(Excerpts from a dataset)
----------------------------------------

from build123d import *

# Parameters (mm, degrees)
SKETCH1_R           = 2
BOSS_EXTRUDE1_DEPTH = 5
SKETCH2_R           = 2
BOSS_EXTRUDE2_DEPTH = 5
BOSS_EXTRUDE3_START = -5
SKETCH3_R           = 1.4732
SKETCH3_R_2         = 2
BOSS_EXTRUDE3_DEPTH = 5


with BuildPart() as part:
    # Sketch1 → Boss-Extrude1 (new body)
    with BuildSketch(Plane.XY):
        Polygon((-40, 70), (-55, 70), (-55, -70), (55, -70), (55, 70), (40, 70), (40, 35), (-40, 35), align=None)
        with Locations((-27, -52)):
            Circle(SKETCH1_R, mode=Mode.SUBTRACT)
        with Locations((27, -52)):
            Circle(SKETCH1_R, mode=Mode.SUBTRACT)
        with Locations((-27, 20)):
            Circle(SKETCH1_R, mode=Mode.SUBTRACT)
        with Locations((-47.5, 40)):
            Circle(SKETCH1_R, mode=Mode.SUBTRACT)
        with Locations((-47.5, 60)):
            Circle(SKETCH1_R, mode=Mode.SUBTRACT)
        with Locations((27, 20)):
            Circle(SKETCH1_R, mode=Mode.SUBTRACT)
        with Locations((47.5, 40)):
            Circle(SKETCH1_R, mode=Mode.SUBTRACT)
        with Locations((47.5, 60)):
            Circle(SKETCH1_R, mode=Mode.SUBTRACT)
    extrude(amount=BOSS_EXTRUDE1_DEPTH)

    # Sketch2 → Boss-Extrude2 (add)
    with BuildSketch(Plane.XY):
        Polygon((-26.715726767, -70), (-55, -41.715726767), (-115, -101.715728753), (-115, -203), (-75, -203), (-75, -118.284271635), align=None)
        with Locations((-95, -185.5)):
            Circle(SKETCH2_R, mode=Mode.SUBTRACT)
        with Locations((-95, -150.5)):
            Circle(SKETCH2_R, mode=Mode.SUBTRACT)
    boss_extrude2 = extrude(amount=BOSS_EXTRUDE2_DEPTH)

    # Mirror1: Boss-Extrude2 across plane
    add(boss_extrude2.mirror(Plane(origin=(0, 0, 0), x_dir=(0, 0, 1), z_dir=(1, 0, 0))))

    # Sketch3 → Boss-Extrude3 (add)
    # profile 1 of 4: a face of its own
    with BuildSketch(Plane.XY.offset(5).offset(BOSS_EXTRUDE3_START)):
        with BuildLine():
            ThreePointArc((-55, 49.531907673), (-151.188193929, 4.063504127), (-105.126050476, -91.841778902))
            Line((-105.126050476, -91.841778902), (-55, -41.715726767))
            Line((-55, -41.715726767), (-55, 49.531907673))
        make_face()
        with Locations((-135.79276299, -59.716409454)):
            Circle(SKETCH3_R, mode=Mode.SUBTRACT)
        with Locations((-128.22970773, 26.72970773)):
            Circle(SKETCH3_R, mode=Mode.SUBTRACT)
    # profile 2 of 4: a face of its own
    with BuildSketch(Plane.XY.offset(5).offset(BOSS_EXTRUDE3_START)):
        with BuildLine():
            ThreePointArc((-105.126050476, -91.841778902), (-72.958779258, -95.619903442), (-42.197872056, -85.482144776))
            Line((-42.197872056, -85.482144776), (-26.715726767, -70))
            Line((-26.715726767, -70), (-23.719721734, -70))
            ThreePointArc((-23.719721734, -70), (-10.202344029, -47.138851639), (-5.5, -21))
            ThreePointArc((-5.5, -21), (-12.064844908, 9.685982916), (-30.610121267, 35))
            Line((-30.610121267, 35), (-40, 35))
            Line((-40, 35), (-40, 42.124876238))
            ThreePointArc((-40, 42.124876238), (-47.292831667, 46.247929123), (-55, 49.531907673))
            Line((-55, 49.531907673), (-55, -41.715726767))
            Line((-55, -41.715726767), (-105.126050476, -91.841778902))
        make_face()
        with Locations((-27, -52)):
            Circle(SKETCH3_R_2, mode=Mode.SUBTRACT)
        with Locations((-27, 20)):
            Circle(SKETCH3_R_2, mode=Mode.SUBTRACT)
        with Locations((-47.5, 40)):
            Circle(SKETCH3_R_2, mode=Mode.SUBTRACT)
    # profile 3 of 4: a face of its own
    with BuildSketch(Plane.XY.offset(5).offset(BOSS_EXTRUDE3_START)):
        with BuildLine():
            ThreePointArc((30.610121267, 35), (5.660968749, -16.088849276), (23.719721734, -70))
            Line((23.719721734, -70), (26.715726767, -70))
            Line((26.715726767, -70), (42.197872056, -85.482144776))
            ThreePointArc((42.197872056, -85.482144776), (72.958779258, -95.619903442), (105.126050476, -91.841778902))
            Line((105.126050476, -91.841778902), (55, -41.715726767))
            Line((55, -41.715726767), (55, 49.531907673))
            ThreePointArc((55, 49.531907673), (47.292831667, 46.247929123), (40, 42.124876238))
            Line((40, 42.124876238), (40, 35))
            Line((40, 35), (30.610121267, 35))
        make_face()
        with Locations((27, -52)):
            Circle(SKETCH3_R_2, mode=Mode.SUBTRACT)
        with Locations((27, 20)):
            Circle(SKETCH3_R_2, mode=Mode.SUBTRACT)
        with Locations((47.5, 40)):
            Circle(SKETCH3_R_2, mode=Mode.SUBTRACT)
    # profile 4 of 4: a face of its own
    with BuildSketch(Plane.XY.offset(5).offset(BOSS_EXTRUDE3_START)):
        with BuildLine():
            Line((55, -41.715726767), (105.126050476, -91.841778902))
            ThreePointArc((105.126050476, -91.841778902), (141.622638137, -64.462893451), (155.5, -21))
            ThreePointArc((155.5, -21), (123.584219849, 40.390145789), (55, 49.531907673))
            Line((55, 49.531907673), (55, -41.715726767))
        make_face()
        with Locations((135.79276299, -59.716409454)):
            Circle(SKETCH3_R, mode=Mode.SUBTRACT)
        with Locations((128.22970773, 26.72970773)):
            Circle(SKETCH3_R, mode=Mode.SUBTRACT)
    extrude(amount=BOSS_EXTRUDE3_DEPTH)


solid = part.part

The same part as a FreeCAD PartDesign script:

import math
import FreeCAD as App
import Part
import Sketcher

V = App.Vector
Q = App.Units.Quantity


def add_polygon(sketch, points):
    """Adds a closed chain of lines whose ends are joined by coincident constraints."""
    first, n = sketch.GeometryCount, len(points)
    for a, b in zip(points, points[1:] + points[:1]):
        sketch.addGeometry(Part.LineSegment(App.Vector(*a, 0), App.Vector(*b, 0)), False)
    for i in range(n):
        sketch.addConstraint(Sketcher.Constraint("Coincident", first + i, 2, first + (i + 1) % n, 1))

doc = App.newDocument("Part")
body = doc.addObject("PartDesign::Body", "Body")

# Sketch on XY plane
sketch1 = body.newObject("Sketcher::SketchObject", "Sketch")
sketch1.AttachmentSupport = (doc.getObject("XY_Plane"), [""])
sketch1.MapMode = "FlatFace"
add_polygon(sketch1, [(-40, 70), (-55, 70), (-55, -70), (55, -70), (55, 70), (40, 70), (40, 35), (-40, 35)])  # lines 0-7
sketch1.addGeometry(Part.Circle(V(-27, -52, 0), V(0, 0, 1), 2), False)  # 8
sketch1.addGeometry(Part.Circle(V(27, -52, 0), V(0, 0, 1), 2), False)  # 9
sketch1.addGeometry(Part.Circle(V(-27, 20, 0), V(0, 0, 1), 2), False)  # 10
sketch1.addGeometry(Part.Circle(V(-47.5, 40, 0), V(0, 0, 1), 2), False)  # 11
sketch1.addGeometry(Part.Circle(V(-47.5, 60, 0), V(0, 0, 1), 2), False)  # 12
sketch1.addGeometry(Part.Circle(V(27, 20, 0), V(0, 0, 1), 2), False)  # 13
sketch1.addGeometry(Part.Circle(V(47.5, 40, 0), V(0, 0, 1), 2), False)  # 14
sketch1.addGeometry(Part.Circle(V(47.5, 60, 0), V(0, 0, 1), 2), False)  # 15
sketch1.addConstraint([
    Sketcher.Constraint("Horizontal", 0),
    Sketcher.Constraint("Vertical", 1),
    Sketcher.Constraint("Horizontal", 2),
    Sketcher.Constraint("Vertical", 3),
    Sketcher.Constraint("Horizontal", 4),
    Sketcher.Constraint("Vertical", 5),
    Sketcher.Constraint("Horizontal", 6),
    Sketcher.Constraint("Vertical", 7),
    Sketcher.Constraint("Equal", 8, 9),
    Sketcher.Constraint("Equal", 9, 10),
    Sketcher.Constraint("Equal", 10, 11),
    Sketcher.Constraint("Equal", 11, 12),
    Sketcher.Constraint("Equal", 12, 13),
    Sketcher.Constraint("Equal", 13, 14),
    Sketcher.Constraint("Equal", 14, 15),
    Sketcher.Constraint("Symmetric", 0, 2, 2, 2, -1, 1),
    Sketcher.Constraint("Symmetric", 8, 3, 9, 3, -2),
    Sketcher.Constraint("Symmetric", 10, 3, 13, 3, -2),
    Sketcher.Constraint("Symmetric", 11, 3, 14, 3, -2),
    Sketcher.Constraint("Symmetric", 12, 3, 15, 3, -2),
    Sketcher.Constraint("Symmetric", 4, 2, 7, 2, -2),
    Sketcher.Constraint("Vertical", 8, 3, 10, 3),
    Sketcher.Constraint("Vertical", 11, 3, 12, 3),
    Sketcher.Constraint("Diameter", 8, Q("4 mm")),
    Sketcher.Constraint("DistanceX", 0, 2, 0, 1, Q("15 mm")),
    Sketcher.Constraint("DistanceX", 2, 1, 2, 2, Q("110 mm")),
    Sketcher.Constraint("DistanceY", 1, 2, 1, 1, Q("140 mm")),
    Sketcher.Constraint("DistanceY", 5, 2, 5, 1, Q("35 mm")),
    Sketcher.Constraint("DistanceX", 8, 3, -1, 1, Q("27 mm")),
    Sketcher.Constraint("DistanceY", 8, 3, -1, 1, Q("52 mm")),
    Sketcher.Constraint("DistanceY", -1, 1, 10, 3, Q("20 mm")),
    Sketcher.Constraint("DistanceY", -1, 1, 11, 3, Q("40 mm")),
    Sketcher.Constraint("DistanceY", -1, 1, 12, 3, Q("60 mm")),
    Sketcher.Constraint("DistanceX", 11, 3, 14, 3, Q("95 mm")),
])
pad1 = body.newObject("PartDesign::Pad", "Pad")
pad1.Profile = sketch1
pad1.Length = 5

----------------------------------------

About this exercise: Could you please copy the lines above exactly, beginning at the first and ending at the line that contains "# profile 1 of 4: a face of its own"?

Result below:
from build123d import *

# Parameters (mm, degrees)
SKETCH1_R           = 2
BOSS_EXTRUDE1_DEPTH = 5
SKETCH2_R           = 2
BOSS_EXTRUDE2_DEPTH = 5
BOSS_EXTRUDE3_START = -5
SKETCH3_R           = 1.4732
SKETCH3_R_2         = 2
BOSS_EXTRUDE3_DEPTH = 5


with BuildPart() as part:
    # Sketch1 → Boss-Extrude1 (new body)
    with BuildSketch(Plane.XY):
        Polygon((-40, 70), (-55, 70), (-55, -70), (55, -70), (55, 70), (40, 70), (40, 35), (-40, 35), align=None)
        with Locations((-27, -52)):
            Circle(SKETCH1_R, mode=Mode.SUBTRACT)
        with Locations((27, -52)):
            Circle(SKETCH1_R, mode=Mode.SUBTRACT)
        with Locations((-27, 20)):
            Circle(SKETCH1_R, mode=Mode.SUBTRACT)
        with Locations((-47.5, 40)):
            Circle(SKETCH1_R, mode=Mode.SUBTRACT)
        with Locations((-47.5, 60)):
            Circle(SKETCH1_R, mode=Mode.SUBTRACT)
        with Locations((27, 20)):
            Circle(SKETCH1_R, mode=Mode.SUBTRACT)
        with Locations((47.5, 40)):
            Circle(SKETCH1_R, mode=Mode.SUBTRACT)
        with Locations((47.5, 60)):
            Circle(SKETCH1_R, mode=Mode.SUBTRACT)
    extrude(amount=BOSS_EXTRUDE1_DEPTH)

    # Sketch2 → Boss-Extrude2 (add)
    with BuildSketch(Plane.XY):
        Polygon((-26.715726767, -70), (-55, -41.715726767), (-115, -101.715728753), (-115, -203), (-75, -203), (-75, -118.284271635), align=None)
        with Locations((-95, -185.5)):
            Circle(SKETCH2_R, mode=Mode.SUBTRACT)
        with Locations((-95, -150.5)):
            Circle(SKETCH2_R, mode=Mode.SUBTRACT)
    boss_extrude2 = extrude(amount=BOSS_EXTRUDE2_DEPTH)

    # Mirror1: Boss-Extrude2 across plane
    add(boss_extrude2.mirror(Plane(origin=(0, 0, 0), x_dir=(0, 0, 1), z_dir=(1, 0, 0))))

    # Sketch3 → Boss-Extrude3 (add)
    # profile 1 of 4: a face of its own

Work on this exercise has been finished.